Im Anschluss an den Film haben die Schüler die Gelegenheit genutzt Frau de Vries nicht nur nach Erfahrungen, sondern auch nach ihren Gefühlen damals und heute zu befragen. Ob es Auswanderungspläne gegeben habe, ob Angst und Hass eine wichtige Rolle in ihrem Leben gespielt hätten und ob sie sich vorstellen könne, dass derartige Verbrechen auch heute noch oder wieder geschehen könnten. Die Frage, ob sie damals Hass gegenüber ihren Peinigern empfunden habe, verneint die Lathenerin vehement. Weder im Lager, noch in späterer Zeit habe sie Hass empfunden: „Hass ist verkehrt. Er bringt beiden, dem Gehassten und dem Hassenden, Unglück.“ Sie sei mit ihrem jüdischen Mann, den sie nach dem Krieg kennengelernt habe, nach Lathen, in sein Heimatdorf gezogen. Obwohl sie dort auch die ehemaligen Nazis gekannt hätten, hätten sie sich immer darum bemüht, mit allen im Frieden zu leben.

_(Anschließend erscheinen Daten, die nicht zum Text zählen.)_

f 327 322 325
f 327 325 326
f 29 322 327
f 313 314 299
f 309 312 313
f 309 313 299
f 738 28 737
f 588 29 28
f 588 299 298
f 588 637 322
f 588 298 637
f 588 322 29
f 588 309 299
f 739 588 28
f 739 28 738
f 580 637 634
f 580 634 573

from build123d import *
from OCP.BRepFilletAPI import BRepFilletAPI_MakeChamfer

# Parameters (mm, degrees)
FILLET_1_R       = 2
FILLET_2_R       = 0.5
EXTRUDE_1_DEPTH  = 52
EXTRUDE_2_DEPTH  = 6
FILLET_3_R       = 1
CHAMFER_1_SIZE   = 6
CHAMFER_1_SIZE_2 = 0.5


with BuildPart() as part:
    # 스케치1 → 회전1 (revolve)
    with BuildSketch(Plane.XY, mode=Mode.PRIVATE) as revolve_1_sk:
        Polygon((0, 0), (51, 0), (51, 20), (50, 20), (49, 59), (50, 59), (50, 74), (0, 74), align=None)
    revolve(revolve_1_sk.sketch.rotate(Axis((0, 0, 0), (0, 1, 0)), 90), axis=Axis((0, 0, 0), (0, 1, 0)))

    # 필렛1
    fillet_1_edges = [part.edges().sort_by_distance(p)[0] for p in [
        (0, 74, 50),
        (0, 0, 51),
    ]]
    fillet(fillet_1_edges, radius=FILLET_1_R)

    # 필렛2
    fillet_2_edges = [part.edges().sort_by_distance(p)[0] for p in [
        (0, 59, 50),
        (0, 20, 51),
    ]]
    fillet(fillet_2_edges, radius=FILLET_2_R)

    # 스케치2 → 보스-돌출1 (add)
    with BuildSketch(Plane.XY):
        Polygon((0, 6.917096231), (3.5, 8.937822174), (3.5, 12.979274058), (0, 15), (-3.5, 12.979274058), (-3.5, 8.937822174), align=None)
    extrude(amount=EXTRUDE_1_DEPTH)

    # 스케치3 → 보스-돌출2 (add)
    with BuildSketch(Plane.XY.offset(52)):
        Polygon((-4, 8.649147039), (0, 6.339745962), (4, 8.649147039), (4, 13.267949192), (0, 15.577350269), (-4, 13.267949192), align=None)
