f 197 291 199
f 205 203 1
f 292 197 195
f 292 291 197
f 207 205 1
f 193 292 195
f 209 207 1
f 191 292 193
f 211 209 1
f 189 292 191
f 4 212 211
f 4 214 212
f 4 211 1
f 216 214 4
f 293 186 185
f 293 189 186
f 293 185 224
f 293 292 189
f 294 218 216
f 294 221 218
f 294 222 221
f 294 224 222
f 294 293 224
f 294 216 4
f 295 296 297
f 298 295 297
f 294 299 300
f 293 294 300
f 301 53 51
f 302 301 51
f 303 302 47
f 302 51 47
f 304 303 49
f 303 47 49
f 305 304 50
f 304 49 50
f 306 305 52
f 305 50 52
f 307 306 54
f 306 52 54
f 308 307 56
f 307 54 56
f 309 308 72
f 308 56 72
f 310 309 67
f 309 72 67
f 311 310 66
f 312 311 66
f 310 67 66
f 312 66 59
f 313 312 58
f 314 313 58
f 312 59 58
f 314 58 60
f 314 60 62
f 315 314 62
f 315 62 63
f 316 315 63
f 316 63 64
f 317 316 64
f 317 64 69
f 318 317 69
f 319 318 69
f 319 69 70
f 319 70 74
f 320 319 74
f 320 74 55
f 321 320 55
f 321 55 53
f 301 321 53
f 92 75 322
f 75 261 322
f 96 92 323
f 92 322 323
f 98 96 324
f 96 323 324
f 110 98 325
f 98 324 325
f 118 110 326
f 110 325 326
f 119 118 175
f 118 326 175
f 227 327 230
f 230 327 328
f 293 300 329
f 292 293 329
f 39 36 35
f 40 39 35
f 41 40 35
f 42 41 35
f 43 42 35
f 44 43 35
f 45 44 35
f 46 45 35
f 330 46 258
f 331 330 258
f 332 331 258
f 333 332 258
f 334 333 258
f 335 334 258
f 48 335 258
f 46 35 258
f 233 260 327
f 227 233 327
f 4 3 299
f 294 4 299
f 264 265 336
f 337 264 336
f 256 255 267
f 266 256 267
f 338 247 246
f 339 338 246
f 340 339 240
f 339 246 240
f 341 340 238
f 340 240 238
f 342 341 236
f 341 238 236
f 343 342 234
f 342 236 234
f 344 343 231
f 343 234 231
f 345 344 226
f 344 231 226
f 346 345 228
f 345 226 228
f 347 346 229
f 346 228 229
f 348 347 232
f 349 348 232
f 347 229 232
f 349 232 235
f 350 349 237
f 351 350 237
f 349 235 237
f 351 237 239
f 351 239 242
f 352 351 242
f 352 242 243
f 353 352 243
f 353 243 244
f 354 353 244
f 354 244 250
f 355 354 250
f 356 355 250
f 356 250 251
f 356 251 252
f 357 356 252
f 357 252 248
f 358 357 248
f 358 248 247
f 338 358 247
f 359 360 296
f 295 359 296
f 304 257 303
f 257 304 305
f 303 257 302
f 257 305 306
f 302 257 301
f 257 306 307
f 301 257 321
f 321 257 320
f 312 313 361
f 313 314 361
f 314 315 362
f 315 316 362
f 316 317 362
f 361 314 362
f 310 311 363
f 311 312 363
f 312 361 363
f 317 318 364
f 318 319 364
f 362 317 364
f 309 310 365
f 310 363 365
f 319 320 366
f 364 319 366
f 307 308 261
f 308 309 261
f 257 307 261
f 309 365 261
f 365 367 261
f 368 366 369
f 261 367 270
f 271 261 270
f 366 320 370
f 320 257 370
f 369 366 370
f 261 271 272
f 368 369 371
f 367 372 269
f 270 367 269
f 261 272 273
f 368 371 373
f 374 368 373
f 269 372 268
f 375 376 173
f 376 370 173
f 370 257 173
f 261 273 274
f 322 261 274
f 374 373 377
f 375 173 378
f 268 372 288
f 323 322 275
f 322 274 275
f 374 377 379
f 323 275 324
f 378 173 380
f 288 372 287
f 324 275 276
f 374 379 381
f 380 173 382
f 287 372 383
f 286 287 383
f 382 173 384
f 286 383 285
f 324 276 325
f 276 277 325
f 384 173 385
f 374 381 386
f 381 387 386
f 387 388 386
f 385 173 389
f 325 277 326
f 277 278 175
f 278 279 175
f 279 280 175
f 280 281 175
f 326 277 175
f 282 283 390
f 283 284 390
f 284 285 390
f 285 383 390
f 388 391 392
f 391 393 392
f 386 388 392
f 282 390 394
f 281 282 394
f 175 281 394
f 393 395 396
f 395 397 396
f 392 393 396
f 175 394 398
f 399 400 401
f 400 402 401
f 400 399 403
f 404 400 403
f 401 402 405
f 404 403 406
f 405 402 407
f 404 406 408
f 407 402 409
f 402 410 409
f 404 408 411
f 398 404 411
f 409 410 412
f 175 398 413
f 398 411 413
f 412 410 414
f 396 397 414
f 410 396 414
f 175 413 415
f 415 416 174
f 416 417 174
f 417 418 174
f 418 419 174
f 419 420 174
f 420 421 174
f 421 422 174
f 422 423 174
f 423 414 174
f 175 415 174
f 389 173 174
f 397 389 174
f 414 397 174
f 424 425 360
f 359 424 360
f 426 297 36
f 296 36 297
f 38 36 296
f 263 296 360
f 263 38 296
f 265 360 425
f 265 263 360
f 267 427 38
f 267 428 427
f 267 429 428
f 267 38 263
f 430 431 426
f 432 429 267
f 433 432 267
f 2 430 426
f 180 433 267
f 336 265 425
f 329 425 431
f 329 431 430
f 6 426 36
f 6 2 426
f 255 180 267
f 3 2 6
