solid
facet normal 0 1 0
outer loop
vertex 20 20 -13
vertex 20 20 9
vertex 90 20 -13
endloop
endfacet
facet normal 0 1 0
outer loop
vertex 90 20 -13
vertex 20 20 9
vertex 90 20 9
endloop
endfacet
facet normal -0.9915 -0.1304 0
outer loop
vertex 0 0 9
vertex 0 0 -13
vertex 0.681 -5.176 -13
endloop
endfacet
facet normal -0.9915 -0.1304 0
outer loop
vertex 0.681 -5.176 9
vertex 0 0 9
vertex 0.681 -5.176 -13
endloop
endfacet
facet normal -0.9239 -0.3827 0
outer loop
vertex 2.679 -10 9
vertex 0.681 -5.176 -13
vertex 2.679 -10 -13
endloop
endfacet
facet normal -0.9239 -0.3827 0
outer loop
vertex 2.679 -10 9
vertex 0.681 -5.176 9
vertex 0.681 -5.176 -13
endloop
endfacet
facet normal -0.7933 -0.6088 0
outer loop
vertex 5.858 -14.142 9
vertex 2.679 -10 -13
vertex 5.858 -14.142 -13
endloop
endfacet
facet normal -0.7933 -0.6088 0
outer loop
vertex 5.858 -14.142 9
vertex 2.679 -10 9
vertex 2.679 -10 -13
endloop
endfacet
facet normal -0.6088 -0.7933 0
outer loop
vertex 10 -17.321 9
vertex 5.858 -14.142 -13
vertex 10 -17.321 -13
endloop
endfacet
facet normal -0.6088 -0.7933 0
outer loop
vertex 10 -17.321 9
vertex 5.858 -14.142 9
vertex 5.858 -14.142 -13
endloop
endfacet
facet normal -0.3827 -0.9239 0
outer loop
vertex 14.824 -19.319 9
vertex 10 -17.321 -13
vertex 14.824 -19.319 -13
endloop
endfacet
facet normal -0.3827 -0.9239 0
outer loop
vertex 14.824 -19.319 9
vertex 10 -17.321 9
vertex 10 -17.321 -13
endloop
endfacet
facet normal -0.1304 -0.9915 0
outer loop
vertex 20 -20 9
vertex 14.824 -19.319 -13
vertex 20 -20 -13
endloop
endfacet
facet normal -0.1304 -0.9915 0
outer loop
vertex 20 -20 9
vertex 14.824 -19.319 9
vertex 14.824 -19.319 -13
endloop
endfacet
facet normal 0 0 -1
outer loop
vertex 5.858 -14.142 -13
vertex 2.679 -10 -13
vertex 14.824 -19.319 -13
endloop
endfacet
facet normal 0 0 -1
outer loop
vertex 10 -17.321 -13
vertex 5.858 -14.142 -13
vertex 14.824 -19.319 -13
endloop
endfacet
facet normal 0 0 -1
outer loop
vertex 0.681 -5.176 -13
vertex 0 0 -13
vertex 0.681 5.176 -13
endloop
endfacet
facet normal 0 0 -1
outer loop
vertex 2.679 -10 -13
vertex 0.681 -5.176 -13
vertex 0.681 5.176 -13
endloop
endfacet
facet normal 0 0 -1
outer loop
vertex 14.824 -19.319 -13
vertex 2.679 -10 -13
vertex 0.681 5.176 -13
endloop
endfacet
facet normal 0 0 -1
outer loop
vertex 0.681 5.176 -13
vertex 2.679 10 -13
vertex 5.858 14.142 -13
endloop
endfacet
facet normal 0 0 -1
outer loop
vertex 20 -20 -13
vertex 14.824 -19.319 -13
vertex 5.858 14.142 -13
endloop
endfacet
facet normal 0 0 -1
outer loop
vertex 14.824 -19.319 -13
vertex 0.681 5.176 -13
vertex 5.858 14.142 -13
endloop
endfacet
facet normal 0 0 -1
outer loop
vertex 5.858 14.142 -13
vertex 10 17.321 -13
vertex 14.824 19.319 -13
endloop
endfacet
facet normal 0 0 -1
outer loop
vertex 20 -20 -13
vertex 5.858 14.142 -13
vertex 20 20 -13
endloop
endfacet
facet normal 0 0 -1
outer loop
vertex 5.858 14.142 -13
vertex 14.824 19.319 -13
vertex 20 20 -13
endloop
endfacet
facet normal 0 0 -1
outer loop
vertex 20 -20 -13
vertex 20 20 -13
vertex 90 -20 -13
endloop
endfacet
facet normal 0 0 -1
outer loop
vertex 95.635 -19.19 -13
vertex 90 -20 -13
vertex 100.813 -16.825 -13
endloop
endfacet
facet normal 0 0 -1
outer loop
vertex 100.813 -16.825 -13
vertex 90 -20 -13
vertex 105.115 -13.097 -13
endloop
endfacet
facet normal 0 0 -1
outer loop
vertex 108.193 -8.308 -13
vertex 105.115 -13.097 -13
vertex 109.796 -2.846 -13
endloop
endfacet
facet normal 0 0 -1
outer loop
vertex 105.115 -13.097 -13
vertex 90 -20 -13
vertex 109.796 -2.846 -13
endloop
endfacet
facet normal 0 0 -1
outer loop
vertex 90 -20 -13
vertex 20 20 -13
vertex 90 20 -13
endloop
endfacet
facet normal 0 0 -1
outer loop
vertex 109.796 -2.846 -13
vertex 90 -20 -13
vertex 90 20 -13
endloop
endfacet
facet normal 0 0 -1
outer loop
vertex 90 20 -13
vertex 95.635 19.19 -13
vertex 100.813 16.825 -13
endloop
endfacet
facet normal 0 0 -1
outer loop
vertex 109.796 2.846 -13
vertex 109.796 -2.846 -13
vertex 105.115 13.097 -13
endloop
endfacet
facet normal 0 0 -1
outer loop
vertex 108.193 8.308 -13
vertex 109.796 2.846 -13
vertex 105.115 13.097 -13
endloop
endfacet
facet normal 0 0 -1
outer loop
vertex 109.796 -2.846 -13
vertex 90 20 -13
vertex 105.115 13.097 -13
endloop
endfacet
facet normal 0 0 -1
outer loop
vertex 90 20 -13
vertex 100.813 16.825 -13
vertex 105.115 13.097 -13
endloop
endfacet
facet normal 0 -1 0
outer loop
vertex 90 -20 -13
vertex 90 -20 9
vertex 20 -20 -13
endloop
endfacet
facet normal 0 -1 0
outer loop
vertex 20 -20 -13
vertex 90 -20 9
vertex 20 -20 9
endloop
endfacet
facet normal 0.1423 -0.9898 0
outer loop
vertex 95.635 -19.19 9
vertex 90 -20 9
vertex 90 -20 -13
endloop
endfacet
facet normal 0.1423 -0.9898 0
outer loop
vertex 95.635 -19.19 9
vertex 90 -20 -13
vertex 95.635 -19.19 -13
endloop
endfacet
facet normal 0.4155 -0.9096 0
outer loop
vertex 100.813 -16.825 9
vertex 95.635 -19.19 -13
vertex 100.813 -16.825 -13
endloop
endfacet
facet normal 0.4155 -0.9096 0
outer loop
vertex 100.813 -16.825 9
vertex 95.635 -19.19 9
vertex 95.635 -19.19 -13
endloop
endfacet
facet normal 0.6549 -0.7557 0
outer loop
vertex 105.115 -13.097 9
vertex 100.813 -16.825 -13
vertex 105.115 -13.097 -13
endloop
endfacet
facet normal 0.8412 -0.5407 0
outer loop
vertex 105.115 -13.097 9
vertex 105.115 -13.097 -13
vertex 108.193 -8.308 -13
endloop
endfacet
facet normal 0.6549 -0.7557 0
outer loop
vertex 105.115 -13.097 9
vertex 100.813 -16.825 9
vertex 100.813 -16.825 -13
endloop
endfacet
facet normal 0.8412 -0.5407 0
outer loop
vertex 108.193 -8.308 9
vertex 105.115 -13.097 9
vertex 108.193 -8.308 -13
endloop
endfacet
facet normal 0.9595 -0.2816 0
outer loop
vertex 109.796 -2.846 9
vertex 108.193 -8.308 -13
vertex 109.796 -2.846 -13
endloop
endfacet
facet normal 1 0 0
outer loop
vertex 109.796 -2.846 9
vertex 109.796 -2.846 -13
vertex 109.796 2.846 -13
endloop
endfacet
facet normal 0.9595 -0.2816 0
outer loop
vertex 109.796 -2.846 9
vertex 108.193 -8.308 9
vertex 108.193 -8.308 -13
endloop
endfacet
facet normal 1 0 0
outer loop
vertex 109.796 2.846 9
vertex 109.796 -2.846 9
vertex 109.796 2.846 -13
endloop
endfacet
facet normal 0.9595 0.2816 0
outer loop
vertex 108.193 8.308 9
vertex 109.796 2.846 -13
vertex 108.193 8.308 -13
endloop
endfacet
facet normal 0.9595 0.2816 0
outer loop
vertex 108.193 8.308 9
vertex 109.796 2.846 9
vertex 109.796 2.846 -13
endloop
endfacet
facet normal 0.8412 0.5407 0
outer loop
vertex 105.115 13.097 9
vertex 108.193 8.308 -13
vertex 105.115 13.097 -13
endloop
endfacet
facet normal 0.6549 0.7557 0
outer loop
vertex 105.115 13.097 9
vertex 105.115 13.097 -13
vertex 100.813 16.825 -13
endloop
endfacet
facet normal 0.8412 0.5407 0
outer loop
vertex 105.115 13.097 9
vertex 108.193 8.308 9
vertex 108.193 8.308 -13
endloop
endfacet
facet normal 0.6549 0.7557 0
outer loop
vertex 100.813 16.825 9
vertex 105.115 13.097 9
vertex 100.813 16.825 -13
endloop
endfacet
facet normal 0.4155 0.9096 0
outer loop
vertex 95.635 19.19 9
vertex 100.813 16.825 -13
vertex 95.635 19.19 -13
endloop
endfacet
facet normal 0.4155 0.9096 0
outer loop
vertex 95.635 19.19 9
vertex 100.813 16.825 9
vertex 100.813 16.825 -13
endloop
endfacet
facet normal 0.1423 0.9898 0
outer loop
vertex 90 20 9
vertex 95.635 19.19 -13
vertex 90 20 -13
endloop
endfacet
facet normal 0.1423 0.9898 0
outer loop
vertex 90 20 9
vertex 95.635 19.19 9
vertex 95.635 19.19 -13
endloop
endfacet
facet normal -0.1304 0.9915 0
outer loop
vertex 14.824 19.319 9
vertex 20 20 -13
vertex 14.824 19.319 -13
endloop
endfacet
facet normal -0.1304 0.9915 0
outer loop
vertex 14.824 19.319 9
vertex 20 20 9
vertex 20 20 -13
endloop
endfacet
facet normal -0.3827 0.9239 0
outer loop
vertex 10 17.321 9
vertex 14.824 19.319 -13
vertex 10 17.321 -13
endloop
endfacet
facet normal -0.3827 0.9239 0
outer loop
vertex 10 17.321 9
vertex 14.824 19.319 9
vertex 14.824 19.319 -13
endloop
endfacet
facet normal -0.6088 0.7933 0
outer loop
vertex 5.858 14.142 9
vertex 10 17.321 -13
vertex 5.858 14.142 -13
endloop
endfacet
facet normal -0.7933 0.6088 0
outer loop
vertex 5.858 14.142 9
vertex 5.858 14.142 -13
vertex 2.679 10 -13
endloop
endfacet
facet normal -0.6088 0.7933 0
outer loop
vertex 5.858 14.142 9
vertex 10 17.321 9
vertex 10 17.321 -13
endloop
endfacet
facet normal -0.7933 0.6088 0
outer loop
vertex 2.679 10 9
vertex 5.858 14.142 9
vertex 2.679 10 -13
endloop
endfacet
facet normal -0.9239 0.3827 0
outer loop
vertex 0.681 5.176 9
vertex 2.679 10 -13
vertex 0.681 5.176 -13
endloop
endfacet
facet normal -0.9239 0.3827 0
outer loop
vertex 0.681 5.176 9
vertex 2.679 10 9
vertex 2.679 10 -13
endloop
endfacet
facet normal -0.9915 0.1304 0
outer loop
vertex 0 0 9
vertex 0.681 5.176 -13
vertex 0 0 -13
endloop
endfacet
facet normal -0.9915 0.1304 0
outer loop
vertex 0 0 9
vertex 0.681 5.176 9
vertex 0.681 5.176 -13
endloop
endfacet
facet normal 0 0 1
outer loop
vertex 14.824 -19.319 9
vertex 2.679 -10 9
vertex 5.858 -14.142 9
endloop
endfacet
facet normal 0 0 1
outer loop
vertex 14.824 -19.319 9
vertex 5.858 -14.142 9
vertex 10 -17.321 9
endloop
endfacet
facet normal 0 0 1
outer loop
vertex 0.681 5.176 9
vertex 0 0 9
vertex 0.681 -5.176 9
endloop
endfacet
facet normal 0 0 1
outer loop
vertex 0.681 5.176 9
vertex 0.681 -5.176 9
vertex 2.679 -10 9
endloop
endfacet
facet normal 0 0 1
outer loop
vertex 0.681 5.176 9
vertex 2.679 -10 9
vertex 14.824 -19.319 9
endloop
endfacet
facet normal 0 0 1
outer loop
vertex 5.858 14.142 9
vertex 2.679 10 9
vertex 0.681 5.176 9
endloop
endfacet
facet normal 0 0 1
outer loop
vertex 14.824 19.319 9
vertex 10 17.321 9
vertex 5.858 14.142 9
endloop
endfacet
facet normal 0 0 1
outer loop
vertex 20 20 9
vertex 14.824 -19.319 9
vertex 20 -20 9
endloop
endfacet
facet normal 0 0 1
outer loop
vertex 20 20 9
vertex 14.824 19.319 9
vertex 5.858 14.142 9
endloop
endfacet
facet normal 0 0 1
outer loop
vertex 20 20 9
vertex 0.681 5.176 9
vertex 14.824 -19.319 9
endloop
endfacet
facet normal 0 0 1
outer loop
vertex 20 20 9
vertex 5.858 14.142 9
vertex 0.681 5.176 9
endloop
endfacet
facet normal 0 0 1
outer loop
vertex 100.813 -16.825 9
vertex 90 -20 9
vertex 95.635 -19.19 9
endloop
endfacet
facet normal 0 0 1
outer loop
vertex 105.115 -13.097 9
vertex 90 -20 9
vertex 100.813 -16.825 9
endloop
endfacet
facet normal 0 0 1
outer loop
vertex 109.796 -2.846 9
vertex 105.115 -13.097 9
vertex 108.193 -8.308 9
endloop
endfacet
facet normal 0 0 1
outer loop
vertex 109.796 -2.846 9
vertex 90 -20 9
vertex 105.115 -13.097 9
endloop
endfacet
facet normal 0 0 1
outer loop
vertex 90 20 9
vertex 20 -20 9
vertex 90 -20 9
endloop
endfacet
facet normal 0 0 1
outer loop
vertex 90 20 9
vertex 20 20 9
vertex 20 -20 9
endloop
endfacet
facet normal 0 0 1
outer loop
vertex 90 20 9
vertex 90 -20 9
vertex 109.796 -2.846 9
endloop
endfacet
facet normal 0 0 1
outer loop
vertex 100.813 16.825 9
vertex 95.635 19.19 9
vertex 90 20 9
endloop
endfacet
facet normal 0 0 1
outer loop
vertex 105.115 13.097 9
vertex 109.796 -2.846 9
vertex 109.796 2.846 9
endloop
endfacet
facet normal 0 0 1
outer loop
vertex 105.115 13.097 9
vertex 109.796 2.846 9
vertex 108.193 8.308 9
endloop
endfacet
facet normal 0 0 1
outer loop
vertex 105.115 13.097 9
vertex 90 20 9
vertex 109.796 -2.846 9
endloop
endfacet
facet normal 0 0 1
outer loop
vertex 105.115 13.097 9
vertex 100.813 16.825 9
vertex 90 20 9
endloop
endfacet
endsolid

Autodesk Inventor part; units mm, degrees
sketch "Szkic1" plane through (0, 0, 0) normal (0, 0, 1) x (1, 0, 0)
  line L0 (20, 20) -> (90, 20)
  line L1 (90, -20) -> (20, -20)
  arc A0 (20, 20) -> (20, -20) centre (20, 0) ccw
  line L2 (0, 9.4) -> (0, -7.4) projected
  line L3 (-5, 0) -> (30, 0) projected
  arc A1 (90, -20) -> (90, 20) centre (90, 0) ccw
  line L4 (110, 0) -> (110, 7) construction
  dimension "d0" = 20
  dimension "d8" = 20
  dimension "d9" = 110
ref_plane "Work Plane1" through (0, 0, -13) normal (0, 0, 1) x (1, 0, 0)
ref_plane "Work Plane2" through (0, 0, 9) normal (0, 0, 1) x (1, 0, 0)
extrude "Bryła1" add sketch "Szkic1" against normal up to surface (22 mm away) from surface at 9
ref_plane "Work Plane3" through (110, 0, 9) normal (1, 0, 0) x (0, 1, 0)
equation "\"d0\" = 0.5 * PB"
equation "\"d8\" = 0.5 * PB"
equation "\"d9\" = NLG"
equation "\"d1\" = -PNT"
equation "\"d2\" = PH - PNT"
equation "\"NLG\" = 110"
equation "\"PNT\" = 13"
equation "\"PH\" = 22"
equation "\"RR\" = 0.001"
equation "\"PHH\" = 0"
equation "\"PUEB\" = 9.4"
equation "\"PB\" = 40"
properties part number "DIN 6885 - A 40 x 22 x 110" material "Stal, miękka"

Auf die Frage, ob sie Hass von Seiten der Aufseher im Lager erfahren habe, erklärt Frau de Vries, sie habe den Eindruck gehabt, dass bei allen Grausamkeiten und Härten die Aufseher eher blind Befehlen gehorcht hätten, als aus Hass zu handeln. Sowohl die Schülerinnen und Schüler als auch die begleitenden Lehrer haben nicht nur bedrückende Eindrücke über die finsterste Zeit deutscher Geschichte vermittelt bekommen, sondern in der Person von Erna de Vries auch erfahren, dass hinter jedem der zahlreichen Opfer des Holocaust ein ganz persönliches Schicksal steht.

Wir danken Frau de Vries für ihren Besuch an unserer Schule und für die Bereitschaft, so offen über ihre Erfahrungen zu sprechen. Diesen Dank haben die Schülerinnen und Schüler mit einem kleinen Blumenstrauß zum Ausdruck gebracht.